評価急上昇だ。国際大会「プレミア12」は日本の優勝で決着。今オフ、メジャー挑戦を目指す秋山翔吾外野手(31=西武)は大会直前の負傷で離脱したものの、菊池涼介内野手(29=広島)が出場した。2人の去就も気になるところだが、諸外国選手や現場関係者に、そのほかの選手で「メジャーで通用しそうな選手は誰か?」と聞くと…。

 今大会を通して最も評価を高めた侍といえば、MVPにも輝いた4番・鈴木誠也外野手(25=広島)だろう。

 その鈴木には「日本代表の中では浅村と並んで米国、メキシコのムービング系投手にまったく力負けしなかった。相手投手に合わせてタイミングの取り方を変えられるスマートさも魅力。何より打つだけでなく走れて守備力もある。その総合力が群を抜いている。仮に今年FAだったら(日本人では)一番の人気銘柄になる可能性がある」(ア・リーグスカウト)とメジャーからも高評価が相次いだ。

 もちろん現場の評価も高く今季、阪神でプレーしたメキシコ代表のエフレン・ナバーロ内野手(33)は「日本でワールドクラスなのは坂本勇と鈴木。特に鈴木のバットコントロールは素晴らしいしパワーもある。ワンスイングで球場の雰囲気を変えられるバッター。将来はメジャーリーグを目指すべき。自分も阪神から見ていて、とても脅威だった。すぐに行けるのかどうか、分からないけど行った方がいい」と話した。

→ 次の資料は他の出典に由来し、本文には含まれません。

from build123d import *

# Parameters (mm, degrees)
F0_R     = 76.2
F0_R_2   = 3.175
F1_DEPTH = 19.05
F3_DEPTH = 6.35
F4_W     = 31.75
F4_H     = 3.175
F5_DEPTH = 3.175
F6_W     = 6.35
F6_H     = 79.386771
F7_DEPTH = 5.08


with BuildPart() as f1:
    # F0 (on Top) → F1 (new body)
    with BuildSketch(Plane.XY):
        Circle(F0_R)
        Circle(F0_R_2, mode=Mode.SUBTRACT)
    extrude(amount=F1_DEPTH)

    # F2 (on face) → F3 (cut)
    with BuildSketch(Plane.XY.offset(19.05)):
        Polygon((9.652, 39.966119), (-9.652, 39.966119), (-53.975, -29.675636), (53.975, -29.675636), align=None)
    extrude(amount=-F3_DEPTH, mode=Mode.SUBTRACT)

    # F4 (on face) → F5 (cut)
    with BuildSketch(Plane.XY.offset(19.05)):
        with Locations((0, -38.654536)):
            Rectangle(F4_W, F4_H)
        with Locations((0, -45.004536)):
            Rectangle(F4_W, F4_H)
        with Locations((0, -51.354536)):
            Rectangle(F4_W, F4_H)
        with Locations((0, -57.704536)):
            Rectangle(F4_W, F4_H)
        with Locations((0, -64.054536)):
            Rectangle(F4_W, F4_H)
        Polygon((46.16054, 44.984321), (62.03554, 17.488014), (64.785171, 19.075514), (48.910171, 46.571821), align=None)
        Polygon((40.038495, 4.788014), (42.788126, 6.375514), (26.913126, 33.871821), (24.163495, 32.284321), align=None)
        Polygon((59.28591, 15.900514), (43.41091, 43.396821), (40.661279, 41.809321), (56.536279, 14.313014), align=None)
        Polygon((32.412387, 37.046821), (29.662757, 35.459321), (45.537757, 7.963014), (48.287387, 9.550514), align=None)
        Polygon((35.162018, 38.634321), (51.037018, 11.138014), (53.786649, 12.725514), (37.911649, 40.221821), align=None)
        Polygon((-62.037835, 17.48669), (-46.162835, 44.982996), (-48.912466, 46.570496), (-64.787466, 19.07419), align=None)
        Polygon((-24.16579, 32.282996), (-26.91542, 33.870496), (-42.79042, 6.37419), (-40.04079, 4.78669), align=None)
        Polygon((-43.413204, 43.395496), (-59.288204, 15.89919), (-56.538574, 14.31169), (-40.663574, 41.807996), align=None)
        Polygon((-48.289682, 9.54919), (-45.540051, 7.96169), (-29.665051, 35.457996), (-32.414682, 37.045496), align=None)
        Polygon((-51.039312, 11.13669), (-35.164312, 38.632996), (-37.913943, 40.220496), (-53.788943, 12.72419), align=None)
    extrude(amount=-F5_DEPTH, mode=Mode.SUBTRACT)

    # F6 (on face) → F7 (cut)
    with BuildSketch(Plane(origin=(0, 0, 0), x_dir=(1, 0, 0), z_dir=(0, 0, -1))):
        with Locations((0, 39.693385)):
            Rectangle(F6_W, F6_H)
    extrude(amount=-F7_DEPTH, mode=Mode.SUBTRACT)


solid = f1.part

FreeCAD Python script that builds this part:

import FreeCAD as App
import Part
import Sketcher
Q = App.Units.Quantity

doc = App.newDocument("Part")
body = doc.addObject("PartDesign::Body", "Body")

sketch1 = doc.addObject("Sketcher::SketchObject", "Sketch")
body.addObject(sketch1)
sketch1.AttachmentSupport = (doc.XY_Plane, [""])
sketch1.MapMode = "FlatFace"
sketch1.addGeometry([
    Part.Circle(App.Vector(0, 0, 0), App.Vector(0, 0, 1), 76.2),
    Part.Circle(App.Vector(0, 0, 0), App.Vector(0, 0, 1), 3.2),
], False)
sketch1.addConstraint([
    Sketcher.Constraint("Coincident", 0, 3, -1, 1),
    Sketcher.Constraint("Coincident", 1, 3, -1, 1),
    Sketcher.Constraint("Diameter", 0, Q("6 in")),
    Sketcher.Constraint("Diameter", 1, Q("0.25 in")),
])
pad1 = doc.addObject("PartDesign::Pad", "Pad")
body.addObject(pad1)
pad1.Profile = sketch1
pad1.Length = Q("0.75 in")

sketch2 = doc.addObject("Sketcher::SketchObject", "Sketch001")
body.addObject(sketch2)
sketch2.AttachmentSupport = (doc.XY_Plane, [""])
sketch2.MapMode = "FlatFace"
sketch2.AttachmentOffset = App.Placement(App.Vector(0, 0, 0.75 * 25.4), App.Rotation())
sketch2.addGeometry([
    Part.LineSegment(App.Vector(10, 40, 0), App.Vector(-10, 40, 0)),
    Part.LineSegment(App.Vector(-10, 40, 0), App.Vector(-54, -30, 0)),
    Part.LineSegment(App.Vector(-54, -30, 0), App.Vector(54, -30, 0)),
    Part.LineSegment(App.Vector(54, -30, 0), App.Vector(10, 40, 0)),
], False)
sketch2.addConstraint([
    Sketcher.Constraint("Coincident", 0, 2, 1, 1),
    Sketcher.Constraint("Coincident", 1, 2, 2, 1),
    Sketcher.Constraint("Coincident", 2, 2, 3, 1),
    Sketcher.Constraint("Coincident", 3, 2, 0, 1),
    Sketcher.Constraint("Horizontal", 0),
    Sketcher.Constraint("Horizontal", 2),
    Sketcher.Constraint("Equal", 1, 3),
    Sketcher.Constraint("DistanceX", 0, 2, 0, 1, Q("0.76 in")),
    Sketcher.Constraint("DistanceX", 2, 1, 2, 2, Q("4.25 in")),
    Sketcher.Constraint("Distance", 1, Q("3.25 in")),
    Sketcher.Constraint("DistanceX", 0, 2, -1, 1, Q("0.38 in")),
    Sketcher.Constraint("DistanceY", -1, 1, 0, 2, Q("39.966119 mm")),
])
pocket1 = doc.addObject("PartDesign::Pocket", "Pocket")
body.addObject(pocket1)
pocket1.Profile = sketch2
pocket1.Length = Q("0.25 in")

sketch3 = doc.addObject("Sketcher::SketchObject", "Sketch002")
body.addObject(sketch3)
sketch3.AttachmentSupport = (doc.XY_Plane, [""])
sketch3.MapMode = "FlatFace"
sketch3.AttachmentOffset = App.Placement(App.Vector(0, 0, 0.75 * 25.4), App.Rotation())
sketch3.addGeometry([
    Part.LineSegment(App.Vector(-15.9, -37.1, 0), App.Vector(-15.9, -40.2, 0)),
    Part.LineSegment(App.Vector(-15.9, -40.2, 0), App.Vector(15.9, -40.2, 0)),
    Part.LineSegment(App.Vector(15.9, -40.2, 0), App.Vector(15.9, -37.1, 0)),
    Part.LineSegment(App.Vector(15.9, -37.1, 0), App.Vector(-15.9, -37.1, 0)),
    Part.LineSegment(App.Vector(-15.9, -43.4, 0), App.Vector(-15.9, -46.6, 0)),
    Part.LineSegment(App.Vector(-15.9, -46.6, 0), App.Vector(15.9, -46.6, 0)),
    Part.LineSegment(App.Vector(15.9, -46.6, 0), App.Vector(15.9, -43.4, 0)),
    Part.LineSegment(App.Vector(15.9, -43.4, 0), App.Vector(-15.9, -43.4, 0)),
    Part.LineSegment(App.Vector(-15.9, -49.8, 0), App.Vector(-15.9, -52.9, 0)),
    Part.LineSegment(App.Vector(-15.9, -52.9, 0), App.Vector(15.9, -52.9, 0)),
    Part.LineSegment(App.Vector(15.9, -52.9, 0), App.Vector(15.9, -49.8, 0)),
    Part.LineSegment(App.Vector(15.9, -49.8, 0), App.Vector(-15.9, -49.8, 0)),
    Part.LineSegment(App.Vector(-15.9, -56.1, 0), App.Vector(-15.9, -59.3, 0)),
    Part.LineSegment(App.Vector(-15.9, -59.3, 0), App.Vector(15.9, -59.3, 0)),
    Part.LineSegment(App.Vector(15.9, -59.3, 0), App.Vector(15.9, -56.1, 0)),
    Part.LineSegment(App.Vector(15.9, -56.1, 0), App.Vector(-15.9, -56.1, 0)),
    Part.LineSegment(App.Vector(-15.9, -62.5, 0), App.Vector(-15.9, -65.6, 0)),
    Part.LineSegment(App.Vector(-15.9, -65.6, 0), App.Vector(15.9, -65.6, 0)),
    Part.LineSegment(App.Vector(15.9, -65.6, 0), App.Vector(15.9, -62.5, 0)),
    Part.LineSegment(App.Vector(15.9, -62.5, 0), App.Vector(-15.9, -62.5, 0)),
    Part.LineSegment(App.Vector(46.2, 45, 0), App.Vector(62, 17.5, 0)),
    Part.LineSegment(App.Vector(62, 17.5, 0), App.Vector(64.8, 19.1, 0)),
    Part.LineSegment(App.Vector(64.8, 19.1, 0), App.Vector(48.9, 46.6, 0)),
    Part.LineSegment(App.Vector(48.9, 46.6, 0), App.Vector(46.2, 45, 0)),
    Part.LineSegment(App.Vector(40, 4.8, 0), App.Vector(42.8, 6.4, 0)),
    Part.LineSegment(App.Vector(42.8, 6.4, 0), App.Vector(26.9, 33.9, 0)),
    Part.LineSegment(App.Vector(26.9, 33.9, 0), App.Vector(24.2, 32.3, 0)),
    Part.LineSegment(App.Vector(24.2, 32.3, 0), App.Vector(40, 4.8, 0)),
    Part.LineSegment(App.Vector(59.3, 15.9, 0), App.Vector(43.4, 43.4, 0)),
    Part.LineSegment(App.Vector(43.4, 43.4, 0), App.Vector(40.7, 41.8, 0)),
    Part.LineSegment(App.Vector(40.7, 41.8, 0), App.Vector(56.5, 14.3, 0)),
    Part.LineSegment(App.Vector(56.5, 14.3, 0), App.Vector(59.3, 15.9, 0)),
    Part.LineSegment(App.Vector(32.4, 37, 0), App.Vector(29.7, 35.5, 0)),
    Part.LineSegment(App.Vector(29.7, 35.5, 0), App.Vector(45.5, 8, 0)),
    Part.LineSegment(App.Vector(45.5, 8, 0), App.Vector(48.3, 9.6, 0)),
    Part.LineSegment(App.Vector(48.3, 9.6, 0), App.Vector(32.4, 37, 0)),
    Part.LineSegment(App.Vector(35.2, 38.6, 0), App.Vector(51, 11.1, 0)),
    Part.LineSegment(App.Vector(51, 11.1, 0), App.Vector(53.8, 12.7, 0)),
    Part.LineSegment(App.Vector(53.8, 12.7, 0), App.Vector(37.9, 40.2, 0)),
    Part.LineSegment(App.Vector(37.9, 40.2, 0), App.Vector(35.2, 38.6, 0)),
    Part.LineSegment(App.Vector(-62, 17.5, 0), App.Vector(-46.2, 45, 0)),
    Part.LineSegment(App.Vector(-46.2, 45, 0), App.Vector(-48.9, 46.6, 0)),
    Part.LineSegment(App.Vector(-48.9, 46.6, 0), App.Vector(-64.8, 19.1, 0)),
    Part.LineSegment(App.Vector(-64.8, 19.1, 0), App.Vector(-62, 17.5, 0)),
    Part.LineSegment(App.Vector(-24.2, 32.3, 0), App.Vector(-26.9, 33.9, 0)),
    Part.LineSegment(App.Vector(-26.9, 33.9, 0), App.Vector(-42.8, 6.4, 0)),
    Part.LineSegment(App.Vector(-42.8, 6.4, 0), App.Vector(-40, 4.8, 0)),
    Part.LineSegment(App.Vector(-40, 4.8, 0), App.Vector(-24.2, 32.3, 0)),
    Part.LineSegment(App.Vector(-43.4, 43.4, 0), App.Vector(-59.3, 15.9, 0)),
    Part.LineSegment(App.Vector(-59.3, 15.9, 0), App.Vector(-56.5, 14.3, 0)),
    Part.LineSegment(App.Vector(-56.5, 14.3, 0), App.Vector(-40.7, 41.8, 0)),
    Part.LineSegment(App.Vector(-40.7, 41.8, 0), App.Vector(-43.4, 43.4, 0)),
    Part.LineSegment(App.Vector(-48.3, 9.5, 0), App.Vector(-45.5, 8, 0)),
    Part.LineSegment(App.Vector(-45.5, 8, 0), App.Vector(-29.7, 35.5, 0)),
    Part.LineSegment(App.Vector(-29.7, 35.5, 0), App.Vector(-32.4, 37, 0)),
    Part.LineSegment(App.Vector(-32.4, 37, 0), App.Vector(-48.3, 9.5, 0)),
    Part.LineSegment(App.Vector(-51, 11.1, 0), App.Vector(-35.2, 38.6, 0)),
    Part.LineSegment(App.Vector(-35.2, 38.6, 0), App.Vector(-37.9, 40.2, 0)),
    Part.LineSegment(App.Vector(-37.9, 40.2, 0), App.Vector(-53.8, 12.7, 0)),
    Part.LineSegment(App.Vector(-53.8, 12.7, 0), App.Vector(-51, 11.1, 0)),
], False)
sketch3.addConstraint([
    Sketcher.Constraint("Coincident", 0, 2, 1, 1),
    Sketcher.Constraint("Coincident", 1, 2, 2, 1),
    Sketcher.Constraint("Coincident", 2, 2, 3, 1),
    Sketcher.Constraint("Coincident", 3, 2, 0, 1),
    Sketcher.Constraint("Coincident", 4, 2, 5, 1),
    Sketcher.Constraint("Coincident", 5, 2, 6, 1),
    Sketcher.Constraint("Coincident", 6, 2, 7, 1),
    Sketcher.Constraint("Coincident", 7, 2, 4, 1),
    Sketcher.Constraint("Coincident", 8, 2, 9, 1),
    Sketcher.Constraint("Coincident", 9, 2, 10, 1),
    Sketcher.Constraint("Coincident", 10, 2, 11, 1),
    Sketcher.Constraint("Coincident", 11, 2, 8, 1),
    Sketcher.Constraint("Coincident", 12, 2, 13, 1),
    Sketcher.Constraint("Coincident", 13, 2, 14, 1),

 ちなみに今プレミア12で成功率100%の4盗塁と足でその存在感を見せつけた「代走侍」周東佑京外野手(23=ソフトバンク)について、メジャーの評価は辛口だった。
 
 多くのスカウトが口を揃えたのが「走るだけでは評価は難しい」というもの。あるア・リーグのスカウトは「現状25人枠(来季から26人)という限られたベンチ枠に“スペシャリスト”という枠はない。足の速い選手というのは各チームがマイナー組織に何人も抱えている。そこからユーティリティーとしてメジャー契約をつかむには、やはり打力がなければダメ。加えて守備力もあるに越したことはない。最低でも青木(ヤクルト)ぐらいのものが欲しい」と本音を語った。
 
 常日頃、NPBで調査を続ける彼らのスカウティングの基準は「メジャー契約ができる選手」がその評価の対象。その最低限の基準に周東が到達するためには、現状プラス「打力の向上」が絶対条件となってくる。